3rd POV — The Price in the Corridors
Retreat wasn't clean. It never is. Cultists with mining charges blew a gantry; two mortals fell into the relay's hollow and didn't hit anything you could write down. A Grey Knight took a bolt through the hip and kept moving until he found a seat. A Custodian laughed once when a round flattened on his pauldron, then bled quietly inside his plate and said nothing until the drops were sealed.
"Count them," Vorn said, voice flat. "Write is not grief. Write is duty."
Valen wiped blood from his nose with the back of a gauntlet and didn't mention it. Shawn's hands shook once, privately, on the ramp. The tremor stopped when boots hit deck.
"Gate's clean," Solan reported over the wider net. "For now."
"For long enough," Shawn answered.
3rd POV — Terra, Sub-Basement Twelve, A Door With No Name
A man without a title read six orders stamped by six seals and burned five. He kept Aid.
A line of script wrote itself on his palm, in light no eye could see: Hold your hand. Hold your fire. Hold your place.
He did not kneel. He bowed his head.
3rd POV — Ember Vow, Quiet Hour
The dead were stacked with respect and speed. Names entered the book. Eristan's engines hummed like a tired animal finally allowed to sleep. The corridor lights dimmed two degrees—the only luxury a warship permits.
Shawn stood in an unadorned chapel that still smelled faintly of oil and grit. He did not pray. He counted breaths until his heartbeat matched the ship's. He let himself taste the thought again, raw and clean: Terra will be made honest or it will be broken and remade. The Emperor's silence is permission enough.
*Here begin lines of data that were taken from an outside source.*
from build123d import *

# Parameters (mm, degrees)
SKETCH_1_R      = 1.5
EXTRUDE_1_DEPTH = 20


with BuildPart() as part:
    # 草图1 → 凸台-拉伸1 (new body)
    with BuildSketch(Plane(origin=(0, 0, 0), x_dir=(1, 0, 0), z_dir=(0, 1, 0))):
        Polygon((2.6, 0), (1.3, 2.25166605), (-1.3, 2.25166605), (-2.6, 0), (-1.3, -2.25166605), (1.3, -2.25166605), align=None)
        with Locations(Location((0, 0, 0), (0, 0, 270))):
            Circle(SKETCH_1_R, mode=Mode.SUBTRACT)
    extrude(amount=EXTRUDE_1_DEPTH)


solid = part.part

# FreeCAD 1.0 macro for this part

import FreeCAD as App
import Part
import Sketcher

V = App.Vector
Q = App.Units.Quantity


def add_polygon(sketch, points):
    """Adds a closed chain of lines whose ends are joined by coincident constraints."""
    first, n = sketch.GeometryCount, len(points)
    for a, b in zip(points, points[1:] + points[:1]):
        sketch.addGeometry(Part.LineSegment(App.Vector(*a, 0), App.Vector(*b, 0)), False)
    for i in range(n):
        sketch.addConstraint(Sketcher.Constraint("Coincident", first + i, 2, first + (i + 1) % n, 1))

doc = App.newDocument("Part")
body = doc.addObject("PartDesign::Body", "Body")

# Sketch on XZ plane
sketch1 = doc.addObject("Sketcher::SketchObject", "Sketch")
body.addObject(sketch1)
sketch1.AttachmentSupport = (doc.XZ_Plane, [""])
sketch1.MapMode = "FlatFace"
add_polygon(sketch1, [(2.6, 0), (1.3, -2.3), (-1.3, -2.3), (-2.6, 0), (-1.3, 2.3), (1.3, 2.3)])  # lines 0-5
sketch1.addGeometry(Part.Circle(V(0, 0, 0), V(0, 0, 1), 1.5), False)  # 6
sketch1.addConstraint([
    Sketcher.Constraint("Horizontal", 1),
    Sketcher.Constraint("Horizontal", 4),
    Sketcher.Constraint("Coincident", 6, 3, -1, 1),
    Sketcher.Constraint("Symmetric", 0, 2, 3, 2, -1, 1),
    Sketcher.Constraint("Symmetric", 2, 2, 5, 2, -1, 1),
    Sketcher.Constraint("PointOnObject", 2, 2, -1),
    Sketcher.Constraint("Parallel", 2, 5),
    Sketcher.Constraint("Vertical", 1, 2, 3, 2),
    Sketcher.Constraint("Diameter", 6, 3.0),
    Sketcher.Constraint("Angle", 0, Q("-120 deg")),
    Sketcher.Constraint("DistanceX", 1, 2, 1, 1, 2.6),
    Sketcher.Constraint("Distance", 0, 2.6),
])
pad1 = doc.addObject("PartDesign::Pad", "Pad")
body.addObject(pad1)
pad1.Profile = sketch1
pad1.Length = 20
pad1.Reversed = True

doc.recompute()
Valen stood in the doorway and did not enter. "Reports from the edges," he said. "Eldar farseers are watching without meddling. The Mechanicus is split. High Command has both hands out—open and with a knife."
"Good," Shawn said. "Let them come with both."
Valen's mouth twitched—half a smile, half a wound. "You will need more captains."
"I will need better captains," Shawn said. "We'll make them."
3rd POV — Skirmish at Dock Arm Theta
The knife came sooner than expected.
Dock Arm Theta lit with hostile beacons just as the first body bags were sealed. A strike schooner under Imperial colors tried to nose into the berth with transponders that didn't match its heat. When the vox hailed, the voice used the right passwords with the wrong breath.
"Cut the line," Shawn said.
The schooner's bays opened—assassins in matte plates, quiet and fast. They went for the Null Arrays first.
"Twin Seal!" Vulkar's command snapped. Hardening at impact; Aegis threaded. The first volley kissed glass and died.
Shawn took the left flank himself. Mirror Break pulsed—illusions greyed out. The real knife came low; Shardguard caught it, Wedge split it, Pulse Plate caught the follow-up, then vanished. Basur hit a man so hard his plate forgot to be armor for a heartbeat. Tahak folded another with a palm to the neck on count.
Valen toggled the dampener twice and set a Conqueror's pressure along the catwalk. Half the assassins froze without knowing why. The other half learned how Grey Knights teach mercy—by ending fights fast.
"Boarding repulsed," Solan reported. "Colors falsified. Trace leads to… a clerk's ledger on Terra."
"Of course it does," Valen said dryly.
Shawn just breathed out once. "Write it down. We don't forget debts."
3rd POV — Elsewhere
In the Eye, something that wore a hundred mouths smiled with none. Make him choose between speed and souls, it thought, or didn't think, or was. Make his name heavy. Make him carry it.
On Terra, a man with soft hands signed a paper he did not understand and slept badly.
On the Purging Flame, men with scarred hands cleaned weapons, and a boy with a new mark on his arm slept like the dead until the next beat began.
Shawn POV — Observation Deck
Stars looked like nails driven into black wood. I let myself stand still for one minute.
We held Ossa. The calls for help will reach us now. That means the work doubles. Good. That's what I wanted.
"Plot three worlds," I told Valen over my shoulder. "One we save. One we hurt. One we take."
"And Terra?" he asked.
"Terra waits," I said. "But it hears me."
I flexed my hands. The ache in my forearms was the bill for clean work. I paid it. I would keep paying until the throne was honest.
"Set the board," I said. "Beat starts at dawn."